### Entries provided
========

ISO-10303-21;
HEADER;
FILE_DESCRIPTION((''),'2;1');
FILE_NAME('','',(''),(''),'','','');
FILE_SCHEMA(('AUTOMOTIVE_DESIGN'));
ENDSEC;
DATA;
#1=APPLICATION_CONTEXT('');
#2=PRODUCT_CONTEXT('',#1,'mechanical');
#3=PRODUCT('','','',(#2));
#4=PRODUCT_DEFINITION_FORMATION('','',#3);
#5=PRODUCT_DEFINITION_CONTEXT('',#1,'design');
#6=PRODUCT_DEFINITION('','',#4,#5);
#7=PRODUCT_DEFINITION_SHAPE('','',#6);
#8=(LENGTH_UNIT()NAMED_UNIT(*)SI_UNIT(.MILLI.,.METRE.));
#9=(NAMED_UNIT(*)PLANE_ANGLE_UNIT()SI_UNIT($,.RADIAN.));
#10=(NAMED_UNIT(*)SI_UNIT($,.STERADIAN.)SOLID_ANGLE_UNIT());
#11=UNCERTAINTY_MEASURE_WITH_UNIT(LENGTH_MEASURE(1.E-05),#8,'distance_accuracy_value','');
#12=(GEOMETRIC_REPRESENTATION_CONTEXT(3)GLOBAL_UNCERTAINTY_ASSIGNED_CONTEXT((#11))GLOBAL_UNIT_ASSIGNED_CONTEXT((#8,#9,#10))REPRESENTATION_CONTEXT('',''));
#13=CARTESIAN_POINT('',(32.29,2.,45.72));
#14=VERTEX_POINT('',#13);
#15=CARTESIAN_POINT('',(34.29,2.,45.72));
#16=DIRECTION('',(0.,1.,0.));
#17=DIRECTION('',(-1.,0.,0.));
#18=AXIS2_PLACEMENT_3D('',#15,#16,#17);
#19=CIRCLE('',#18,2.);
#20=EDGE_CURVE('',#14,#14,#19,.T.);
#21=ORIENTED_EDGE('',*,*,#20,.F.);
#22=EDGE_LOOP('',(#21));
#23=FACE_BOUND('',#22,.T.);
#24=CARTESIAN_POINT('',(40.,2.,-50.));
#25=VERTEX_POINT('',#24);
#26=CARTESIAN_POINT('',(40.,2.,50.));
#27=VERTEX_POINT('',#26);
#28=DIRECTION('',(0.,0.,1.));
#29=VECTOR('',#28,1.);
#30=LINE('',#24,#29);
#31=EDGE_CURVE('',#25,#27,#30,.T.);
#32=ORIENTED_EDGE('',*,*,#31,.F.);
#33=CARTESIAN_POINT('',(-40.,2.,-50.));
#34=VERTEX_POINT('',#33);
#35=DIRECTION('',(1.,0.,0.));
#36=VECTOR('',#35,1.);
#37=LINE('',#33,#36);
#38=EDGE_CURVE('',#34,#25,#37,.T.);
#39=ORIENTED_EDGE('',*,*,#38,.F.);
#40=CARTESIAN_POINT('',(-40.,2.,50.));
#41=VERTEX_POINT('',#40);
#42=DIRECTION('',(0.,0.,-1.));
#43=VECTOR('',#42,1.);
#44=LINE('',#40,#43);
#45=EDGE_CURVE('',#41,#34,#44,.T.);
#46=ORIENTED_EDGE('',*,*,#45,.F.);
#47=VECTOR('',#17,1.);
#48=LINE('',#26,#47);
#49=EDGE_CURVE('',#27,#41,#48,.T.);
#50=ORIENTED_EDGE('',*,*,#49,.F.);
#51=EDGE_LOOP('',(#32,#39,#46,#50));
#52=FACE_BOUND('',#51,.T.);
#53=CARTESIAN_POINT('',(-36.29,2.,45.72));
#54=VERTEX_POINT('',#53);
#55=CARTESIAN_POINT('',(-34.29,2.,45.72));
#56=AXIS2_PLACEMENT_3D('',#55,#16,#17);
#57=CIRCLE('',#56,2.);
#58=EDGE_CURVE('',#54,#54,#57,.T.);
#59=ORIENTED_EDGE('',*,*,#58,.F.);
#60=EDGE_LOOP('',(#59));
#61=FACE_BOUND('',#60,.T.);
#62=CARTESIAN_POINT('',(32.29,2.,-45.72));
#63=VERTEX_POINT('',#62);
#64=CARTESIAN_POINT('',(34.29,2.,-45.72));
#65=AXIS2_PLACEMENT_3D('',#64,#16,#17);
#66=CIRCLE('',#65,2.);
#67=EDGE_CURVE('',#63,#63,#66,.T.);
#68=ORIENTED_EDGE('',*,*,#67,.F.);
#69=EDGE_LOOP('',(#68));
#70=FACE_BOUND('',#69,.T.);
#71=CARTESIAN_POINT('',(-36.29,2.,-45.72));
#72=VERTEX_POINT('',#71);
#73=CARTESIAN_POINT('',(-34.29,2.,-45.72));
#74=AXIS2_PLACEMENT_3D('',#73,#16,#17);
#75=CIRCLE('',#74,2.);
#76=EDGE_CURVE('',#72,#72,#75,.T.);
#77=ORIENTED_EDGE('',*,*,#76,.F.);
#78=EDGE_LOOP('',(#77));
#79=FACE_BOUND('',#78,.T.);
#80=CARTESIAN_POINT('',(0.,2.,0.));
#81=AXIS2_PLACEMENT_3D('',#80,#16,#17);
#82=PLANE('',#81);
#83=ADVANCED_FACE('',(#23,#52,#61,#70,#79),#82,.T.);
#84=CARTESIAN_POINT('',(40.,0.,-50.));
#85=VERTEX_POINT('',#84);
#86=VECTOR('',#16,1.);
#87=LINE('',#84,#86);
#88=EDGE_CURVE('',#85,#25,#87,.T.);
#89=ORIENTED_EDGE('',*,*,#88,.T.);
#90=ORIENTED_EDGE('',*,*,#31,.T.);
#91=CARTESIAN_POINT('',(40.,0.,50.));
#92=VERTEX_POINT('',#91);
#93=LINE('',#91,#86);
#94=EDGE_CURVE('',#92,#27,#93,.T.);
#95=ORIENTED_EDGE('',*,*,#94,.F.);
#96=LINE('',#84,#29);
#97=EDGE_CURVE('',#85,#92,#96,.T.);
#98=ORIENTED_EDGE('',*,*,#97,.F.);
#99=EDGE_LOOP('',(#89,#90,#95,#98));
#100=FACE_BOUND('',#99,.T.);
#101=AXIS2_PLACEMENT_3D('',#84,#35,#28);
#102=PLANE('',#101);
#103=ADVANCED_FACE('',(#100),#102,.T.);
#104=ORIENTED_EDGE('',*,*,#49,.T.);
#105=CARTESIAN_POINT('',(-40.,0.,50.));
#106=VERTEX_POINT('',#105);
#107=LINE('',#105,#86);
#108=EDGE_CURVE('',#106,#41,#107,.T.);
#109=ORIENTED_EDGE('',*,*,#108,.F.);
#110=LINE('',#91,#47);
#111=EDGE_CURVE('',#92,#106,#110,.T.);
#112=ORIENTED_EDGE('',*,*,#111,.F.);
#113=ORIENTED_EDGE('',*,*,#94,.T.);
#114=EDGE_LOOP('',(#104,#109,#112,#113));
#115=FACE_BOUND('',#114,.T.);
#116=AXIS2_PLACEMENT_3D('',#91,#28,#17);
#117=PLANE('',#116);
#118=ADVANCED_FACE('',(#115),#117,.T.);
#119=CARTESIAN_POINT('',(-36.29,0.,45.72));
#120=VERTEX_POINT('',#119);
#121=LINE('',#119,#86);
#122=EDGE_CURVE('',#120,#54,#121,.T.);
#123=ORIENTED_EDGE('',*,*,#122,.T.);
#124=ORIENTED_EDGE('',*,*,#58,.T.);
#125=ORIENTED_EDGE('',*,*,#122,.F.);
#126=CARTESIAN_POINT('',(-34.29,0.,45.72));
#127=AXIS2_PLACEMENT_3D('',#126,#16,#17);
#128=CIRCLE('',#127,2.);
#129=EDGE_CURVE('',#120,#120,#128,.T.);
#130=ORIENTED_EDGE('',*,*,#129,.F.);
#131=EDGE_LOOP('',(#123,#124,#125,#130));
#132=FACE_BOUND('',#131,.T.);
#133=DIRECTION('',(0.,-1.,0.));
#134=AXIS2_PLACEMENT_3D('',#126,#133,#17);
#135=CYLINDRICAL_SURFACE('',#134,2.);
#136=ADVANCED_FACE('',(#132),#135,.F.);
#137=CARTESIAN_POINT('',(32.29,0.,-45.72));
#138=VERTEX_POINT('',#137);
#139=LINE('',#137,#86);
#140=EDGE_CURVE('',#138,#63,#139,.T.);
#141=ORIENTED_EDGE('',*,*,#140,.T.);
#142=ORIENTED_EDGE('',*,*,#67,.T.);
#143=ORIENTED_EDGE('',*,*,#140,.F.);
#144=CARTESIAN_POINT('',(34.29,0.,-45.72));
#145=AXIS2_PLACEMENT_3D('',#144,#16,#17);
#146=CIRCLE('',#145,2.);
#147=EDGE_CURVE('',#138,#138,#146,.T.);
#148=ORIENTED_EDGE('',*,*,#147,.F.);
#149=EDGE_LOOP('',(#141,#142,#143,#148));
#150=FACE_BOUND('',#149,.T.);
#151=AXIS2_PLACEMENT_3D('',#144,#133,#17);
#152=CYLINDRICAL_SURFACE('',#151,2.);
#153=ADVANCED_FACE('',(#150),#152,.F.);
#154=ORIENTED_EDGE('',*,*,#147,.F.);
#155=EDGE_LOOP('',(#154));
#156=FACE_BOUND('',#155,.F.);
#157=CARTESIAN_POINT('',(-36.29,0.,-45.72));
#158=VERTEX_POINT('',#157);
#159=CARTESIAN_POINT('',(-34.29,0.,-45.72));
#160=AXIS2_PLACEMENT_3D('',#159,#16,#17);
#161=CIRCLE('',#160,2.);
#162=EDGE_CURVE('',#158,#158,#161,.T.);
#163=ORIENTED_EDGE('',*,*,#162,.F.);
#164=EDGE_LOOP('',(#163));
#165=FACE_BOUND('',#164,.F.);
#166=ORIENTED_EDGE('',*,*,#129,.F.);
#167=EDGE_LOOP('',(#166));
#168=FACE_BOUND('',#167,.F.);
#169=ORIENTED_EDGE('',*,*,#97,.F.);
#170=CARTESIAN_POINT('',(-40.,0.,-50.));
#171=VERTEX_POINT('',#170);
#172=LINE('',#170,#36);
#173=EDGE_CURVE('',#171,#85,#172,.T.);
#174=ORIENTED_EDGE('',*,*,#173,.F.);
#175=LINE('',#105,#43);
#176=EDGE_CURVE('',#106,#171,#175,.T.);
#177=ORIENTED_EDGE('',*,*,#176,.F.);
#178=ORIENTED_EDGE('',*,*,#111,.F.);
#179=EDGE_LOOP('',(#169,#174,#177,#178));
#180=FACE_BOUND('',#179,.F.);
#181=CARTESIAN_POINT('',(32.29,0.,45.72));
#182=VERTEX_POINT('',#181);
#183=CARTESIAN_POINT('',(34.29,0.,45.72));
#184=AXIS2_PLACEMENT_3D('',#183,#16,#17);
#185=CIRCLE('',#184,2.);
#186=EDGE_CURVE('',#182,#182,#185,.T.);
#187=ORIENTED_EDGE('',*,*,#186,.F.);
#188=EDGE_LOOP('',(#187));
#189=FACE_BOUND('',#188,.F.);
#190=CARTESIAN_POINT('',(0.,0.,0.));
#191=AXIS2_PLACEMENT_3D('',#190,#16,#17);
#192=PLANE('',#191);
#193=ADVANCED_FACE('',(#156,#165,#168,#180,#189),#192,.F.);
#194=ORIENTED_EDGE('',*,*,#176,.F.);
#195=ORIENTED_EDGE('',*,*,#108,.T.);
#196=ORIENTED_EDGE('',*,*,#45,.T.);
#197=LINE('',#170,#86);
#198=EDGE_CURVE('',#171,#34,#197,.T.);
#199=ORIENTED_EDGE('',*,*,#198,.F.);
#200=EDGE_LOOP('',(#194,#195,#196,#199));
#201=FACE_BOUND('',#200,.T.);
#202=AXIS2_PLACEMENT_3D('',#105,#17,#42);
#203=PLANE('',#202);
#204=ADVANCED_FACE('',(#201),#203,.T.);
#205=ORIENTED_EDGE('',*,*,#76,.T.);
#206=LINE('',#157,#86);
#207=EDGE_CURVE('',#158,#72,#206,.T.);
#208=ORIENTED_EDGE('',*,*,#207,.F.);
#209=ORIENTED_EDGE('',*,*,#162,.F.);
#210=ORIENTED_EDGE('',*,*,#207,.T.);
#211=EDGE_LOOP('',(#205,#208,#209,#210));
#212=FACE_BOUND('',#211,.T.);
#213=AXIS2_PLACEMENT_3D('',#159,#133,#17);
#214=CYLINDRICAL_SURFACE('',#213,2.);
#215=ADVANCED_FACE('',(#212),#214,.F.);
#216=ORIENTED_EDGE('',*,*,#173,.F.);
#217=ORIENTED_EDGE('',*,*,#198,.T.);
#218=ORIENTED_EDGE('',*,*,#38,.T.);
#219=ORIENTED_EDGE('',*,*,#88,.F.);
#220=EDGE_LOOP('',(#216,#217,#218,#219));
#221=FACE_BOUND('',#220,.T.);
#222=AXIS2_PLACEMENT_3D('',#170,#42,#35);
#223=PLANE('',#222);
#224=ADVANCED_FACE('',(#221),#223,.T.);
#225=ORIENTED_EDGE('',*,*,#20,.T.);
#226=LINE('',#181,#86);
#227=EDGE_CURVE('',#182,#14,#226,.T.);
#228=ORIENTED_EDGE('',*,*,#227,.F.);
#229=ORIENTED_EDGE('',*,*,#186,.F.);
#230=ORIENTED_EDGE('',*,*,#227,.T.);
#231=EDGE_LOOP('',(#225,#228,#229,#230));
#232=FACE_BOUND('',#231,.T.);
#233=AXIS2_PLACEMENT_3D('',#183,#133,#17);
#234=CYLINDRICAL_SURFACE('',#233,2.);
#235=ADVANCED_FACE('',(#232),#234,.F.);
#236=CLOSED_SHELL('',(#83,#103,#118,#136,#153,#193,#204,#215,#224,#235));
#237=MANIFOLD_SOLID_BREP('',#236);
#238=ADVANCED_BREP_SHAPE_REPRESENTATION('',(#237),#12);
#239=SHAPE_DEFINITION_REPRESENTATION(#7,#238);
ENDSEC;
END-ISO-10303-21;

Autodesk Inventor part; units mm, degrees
ref_plane "YZ Plane" through (0, 0, 0) normal (1, 0, 0) x (0, 1, 0)
ref_plane "XZ Plane" through (0, 0, 0) normal (0, 1, 0) x (-1, 0, 0)
ref_plane "XY Plane" through (0, 0, 0) normal (0, 0, 1) x (1, 0, 0)
sketch "Sketch1" plane through (0, 0, 0) normal (0, 1, 0) x (-1, 0, 0)
  line L0 (-40, 50) -> (40, 50)
  line L1 (40, 50) -> (40, -50)
  line L2 (40, -50) -> (-40, -50)
  line L3 (-40, -50) -> (-40, 50)
  line L4 (-40, 50) -> (40, -50) construction
  line L5 (40, 50) -> (-40, -50) construction
  circle A0 centre (34.29, 45.72) radius 2
  line L6 (-34.29, 45.72) -> (34.29, 45.72) construction
  line L7 (34.29, 45.72) -> (34.29, -45.72) construction
  line L8 (34.29, -45.72) -> (-34.29, -45.72) construction
  line L9 (-34.29, -45.72) -> (-34.29, 45.72) construction
  line L10 (-34.29, 45.72) -> (34.29, -45.72) construction
  line L11 (34.29, 45.72) -> (-34.29, -45.72) construction
  circle A1 centre (34.29, -45.72) radius 2
  circle A2 centre (-34.29, -45.72) radius 2
  circle A3 centre (-34.29, 45.72) radius 2
  point P0 (0, 0)
  dimension "d0" = 100
  dimension "d1" = 80
  dimension "d2" = 4
  dimension "d15" = 91.44
  dimension "d16" = 68.58
  dimension "d17" = 4
  dimension "d18" = 4
  dimension "d19" = 4
extrude "Extrusion1" add sketch "Sketch1" along normal blind 2
properties part number "PCB" material "ABS Plastic"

========

Using the entries above, return exactly the lines from the line with "#215=ADVANCED_FACE('',(#212),#214,.F.);" to the line with "#224=ADVANCED_FACE('',(#221),#223,.T.);", counting both of those lines.

### Your solution
#215=ADVANCED_FACE('',(#212),#214,.F.);
#216=ORIENTED_EDGE('',*,*,#173,.F.);
#217=ORIENTED_EDGE('',*,*,#198,.T.);
#218=ORIENTED_EDGE('',*,*,#38,.T.);
#219=ORIENTED_EDGE('',*,*,#88,.F.);
#220=EDGE_LOOP('',(#216,#217,#218,#219));
#221=FACE_BOUND('',#220,.T.);
#222=AXIS2_PLACEMENT_3D('',#170,#42,#35);
#223=PLANE('',#222);
#224=ADVANCED_FACE('',(#221),#223,.T.);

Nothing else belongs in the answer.